Hercule Poirot features in 33 novels and 54 short stories — more than twice the number of Miss Marple mysteries. (Tommy and Tuppence, in contrast, get by with a mere four novels and one short story collection.) Poirot was extremely popular with Christie’s readers, a fact which caused her some consternation, since she soon began to tire of his eccentricities (an obsessive-compulsive need for order and symmetry and an unshakeable confidence in the abilities and superiority of his “little grey cells” being the foremost.) She tried at one point to retire the “little Belgian,” but the public clamored for more, and she reluctantly brought him back. There is a lovely bit in one of her novels when the fictional mystery writer Ariadne Oliver (clearly modeled on Christie herself) complains to Poirot about the trials and tribulations of writing her own fictional and equally eccentric detective.
My personal favorite of all Christie’s detectives is Miss Marple. Sir Henry Clithering, a retired chief of Scotland Yard and a semi-recurring character, describes her in The Body in the Library as “an old lady with a sweet, placid, spinsterish face and a mind that has plumbed the depths of human iniquity and taken it as all in the day’s work.” Although often dismissed at least initially by both police and murderer alike, Miss Marple is a most unexpected detective — and an extraordinarily shrewd one. Mr. Raphael, the tycoon she befriends in A Caribbean Mystery, calls her “Nemesis,” and he’s not mistaken. Despite her very real kindness, Miss Marple is relentless, even ruthless, in bringing evildoers to justice. She’s never distracted by sentiment, and she has an uncanny ability to see past surface appearances to the truths underneath. Yet with her ever-present knitting and her penchant for “a nice cup of tea,” she remains, somehow, a most comforting and confidence-inspiring presence.

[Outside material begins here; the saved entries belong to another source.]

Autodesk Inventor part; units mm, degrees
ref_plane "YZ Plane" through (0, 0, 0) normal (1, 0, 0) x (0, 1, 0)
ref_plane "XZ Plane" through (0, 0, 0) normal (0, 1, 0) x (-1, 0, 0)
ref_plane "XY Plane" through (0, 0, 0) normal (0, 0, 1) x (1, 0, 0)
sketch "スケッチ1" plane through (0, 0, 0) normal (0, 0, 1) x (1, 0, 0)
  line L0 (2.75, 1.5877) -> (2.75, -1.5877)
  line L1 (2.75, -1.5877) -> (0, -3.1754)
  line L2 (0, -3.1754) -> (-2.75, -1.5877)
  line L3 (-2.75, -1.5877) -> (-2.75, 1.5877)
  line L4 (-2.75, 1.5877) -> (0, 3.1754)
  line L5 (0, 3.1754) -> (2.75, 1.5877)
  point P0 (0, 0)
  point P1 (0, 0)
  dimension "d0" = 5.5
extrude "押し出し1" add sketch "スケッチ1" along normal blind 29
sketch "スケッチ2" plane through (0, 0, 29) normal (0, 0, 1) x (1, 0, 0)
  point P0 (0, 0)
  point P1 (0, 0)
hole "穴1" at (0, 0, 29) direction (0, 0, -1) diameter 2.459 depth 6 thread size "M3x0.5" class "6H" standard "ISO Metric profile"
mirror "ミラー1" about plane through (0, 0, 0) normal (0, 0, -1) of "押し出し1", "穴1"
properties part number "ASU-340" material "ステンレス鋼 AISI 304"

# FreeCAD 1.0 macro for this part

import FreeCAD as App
import Part
import Sketcher
Q = App.Units.Quantity

doc = App.newDocument("Part")
body = doc.addObject("PartDesign::Body", "Body")

sketch1 = body.newObject("Sketcher::SketchObject", "Sketch")
sketch1.AttachmentSupport = (doc.getObject("XY_Plane"), [""])
sketch1.MapMode = "FlatFace"
sketch1.addGeometry(Part.LineSegment(App.Vector(2.75, -1.5877, 0), App.Vector(2.75, 1.5877, 0)), False)
sketch1.addGeometry(Part.LineSegment(App.Vector(2.75, 1.5877, 0), App.Vector(0, 3.1754, 0)), False)
sketch1.addGeometry(Part.LineSegment(App.Vector(0, 3.1754, 0), App.Vector(-2.75, 1.5877, 0)), False)
sketch1.addGeometry(Part.LineSegment(App.Vector(-2.75, 1.5877, 0), App.Vector(-2.75, -1.5877, 0)), False)
sketch1.addGeometry(Part.LineSegment(App.Vector(-2.75, -1.5877, 0), App.Vector(0, -3.1754, 0)), False)
sketch1.addGeometry(Part.LineSegment(App.Vector(0, -3.1754, 0), App.Vector(2.75, -1.5877, 0)), False)
sketch1.addConstraint(Sketcher.Constraint("Coincident", 0, 2, 1, 1))
sketch1.addConstraint(Sketcher.Constraint("Coincident", 1, 2, 2, 1))
sketch1.addConstraint(Sketcher.Constraint("Coincident", 2, 2, 3, 1))
sketch1.addConstraint(Sketcher.Constraint("Coincident", 3, 2, 4, 1))
sketch1.addConstraint(Sketcher.Constraint("Coincident", 4, 2, 5, 1))
sketch1.addConstraint(Sketcher.Constraint("Coincident", 5, 2, 0, 1))
sketch1.addConstraint(Sketcher.Constraint("Vertical", 0))
sketch1.addConstraint(Sketcher.Constraint("Vertical", 3))
sketch1.addConstraint(Sketcher.Constraint("Symmetric", 0, 2, 3, 2, -1, 1))
sketch1.addConstraint(Sketcher.Constraint("Symmetric", 1, 2, 4, 2, -1, 1))
sketch1.addConstraint(Sketcher.Constraint("PointOnObject", 1, 2, -2))
sketch1.addConstraint(Sketcher.Constraint("Parallel", 2, 5))
sketch1.addConstraint(Sketcher.Constraint("Horizontal", 0, 2, 2, 2))
sketch1.addConstraint(Sketcher.Constraint("DistanceX", 2, 2, 0, 2, Q("5.5 mm")))
sketch1.addConstraint(Sketcher.Constraint("Angle", 1, Q("150.0002 deg")))
sketch1.addConstraint(Sketcher.Constraint("DistanceY", 0, 1, 0, 2, Q("3.1754 mm")))
pad1 = body.newObject("PartDesign::Pad", "Pad")
pad1.Profile = sketch1
pad1.Length = 29

sketch2 = body.newObject("Sketcher::SketchObject", "Sketch001")
sketch2.AttachmentSupport = (doc.getObject("XY_Plane"), [""])
sketch2.MapMode = "FlatFace"
sketch2.AttachmentOffset = App.Placement(App.Vector(0, 0, 29), App.Rotation())
sketch2.addGeometry(Part.Circle(App.Vector(0, 0, 0), App.Vector(0, 0, 1), 1.2295), False)
sketch2.addConstraint(Sketcher.Constraint("Coincident", 0, 3, -1, 1))
sketch2.addConstraint(Sketcher.Constraint("Diameter", 0, Q("2.459 mm")))
doc.recompute()
hole = body.newObject("PartDesign::Hole", "Hole")
hole.Profile = sketch2
hole.ThreadType = "None"
hole.Diameter = 2.459
hole.DepthType = "Dimension"
hole.Depth = 6
hole.DrillPoint = "Flat"
doc.recompute()

mirrored = body.newObject("PartDesign::Mirrored", "Mirrored")
mirrored.Originals = [pad1, hole]
mirrored.MirrorPlane = (doc.getObject("XY_Plane"), [""])
body.Tip = mirrored

doc.recompute()
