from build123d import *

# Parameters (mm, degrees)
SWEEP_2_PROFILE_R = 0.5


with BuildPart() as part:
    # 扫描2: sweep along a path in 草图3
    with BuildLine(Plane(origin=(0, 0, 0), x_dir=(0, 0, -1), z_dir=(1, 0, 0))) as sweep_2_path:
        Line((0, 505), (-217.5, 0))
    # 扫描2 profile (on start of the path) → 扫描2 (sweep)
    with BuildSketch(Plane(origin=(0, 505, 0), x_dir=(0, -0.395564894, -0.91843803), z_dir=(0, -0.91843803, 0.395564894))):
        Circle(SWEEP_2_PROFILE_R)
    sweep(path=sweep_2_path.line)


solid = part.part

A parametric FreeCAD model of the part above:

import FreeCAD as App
import Part
import Sketcher

doc = App.newDocument("Part")
body = doc.addObject("PartDesign::Body", "Body")

sketch1 = doc.addObject("Sketcher::SketchObject", "Sketch")
body.addObject(sketch1)
sketch1.Placement = App.Placement(App.Vector(0, 505, 0), App.Rotation(App.Vector(0, -0.395564894, -0.91843803), App.Vector(1, 0, 0), App.Vector(0, -0.91843803, 0.395564894), "ZXY"))
sketch1.addGeometry(Part.Circle(App.Vector(0, 0, 0), App.Vector(0, 0, 1), 0.5), False)
sketch1.addConstraint(Sketcher.Constraint("Coincident", 0, 3, -1, 1))
sketch1.addConstraint(Sketcher.Constraint("Diameter", 0, 1.0))

sketch2 = doc.addObject("Sketcher::SketchObject", "Sketch001")
body.addObject(sketch2)
sketch2.Placement = App.Placement(App.Vector(0, 79.018151, 183.46743), App.Rotation(App.Vector(0, 0.91843803, -0.395564894), App.Vector(1, 0, 0), App.Vector(0, -0.395564894, -0.91843803), "ZXY"))
sketch2.addGeometry(Part.LineSegment(App.Vector(463.811205, 0, 0), App.Vector(-86.035364, 0, 0)), False)
sketch2.addConstraint(Sketcher.Constraint("Horizontal", 0))
sketch2.addConstraint(Sketcher.Constraint("PointOnObject", 0, 1, -1))
sketch2.addConstraint(Sketcher.Constraint("DistanceX", 0, 2, 0, 1, 549.84657))
sketch2.addConstraint(Sketcher.Constraint("DistanceX", -1, 1, 0, 1, 463.811205))
doc.recompute()

additivepipe = doc.addObject("PartDesign::AdditivePipe", "AdditivePipe")
body.addObject(additivepipe)
additivepipe.Profile = sketch1
additivepipe.Spine = (sketch2, ["Edge1"])

doc.recompute()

It seems unlikely that you haven’t read or at least seen any Christie, but if you haven’t, it’s high time you did. While almost all her work falls into the “cozy” genre, in the sense that there is little gore or “on-screen” violence, and they are rarely if ever police procedurals, there is enough variety to appeal to almost anyone. If your taste runs to light spy thrillers, try The Secret Adversary or The Seven Dials Mystery. If you’re a fan of cerebral detectives and classic puzzles, Poirot will probably appeal to you; The ABC Murders is very good, and Murder on the Orient Express is justifiably famous, but you may also enjoy some of the novels set in the Middle East, such as Death on the Nile or Appointment with Death. The Miss Marple mysteries are ideal if you prefer to be immersed in British villages and country life. The Murder at the Vicarage was published first, but for practical purposes, they can be read in almost any order. (A Caribbean Mystery should precede Nemesis.) Enjoy!
I’d like to hear from you! What’s your favorite Christie work, and why?
Click here to read my review of film & television adaptations of Christie’s novels.
* I had the fun of directing The Mousetrap while teaching drama at a Christian school. Like most Christie plays, it adapts well to small-scale productions.
** To avoid spoilers, I have refrained from giving titles here.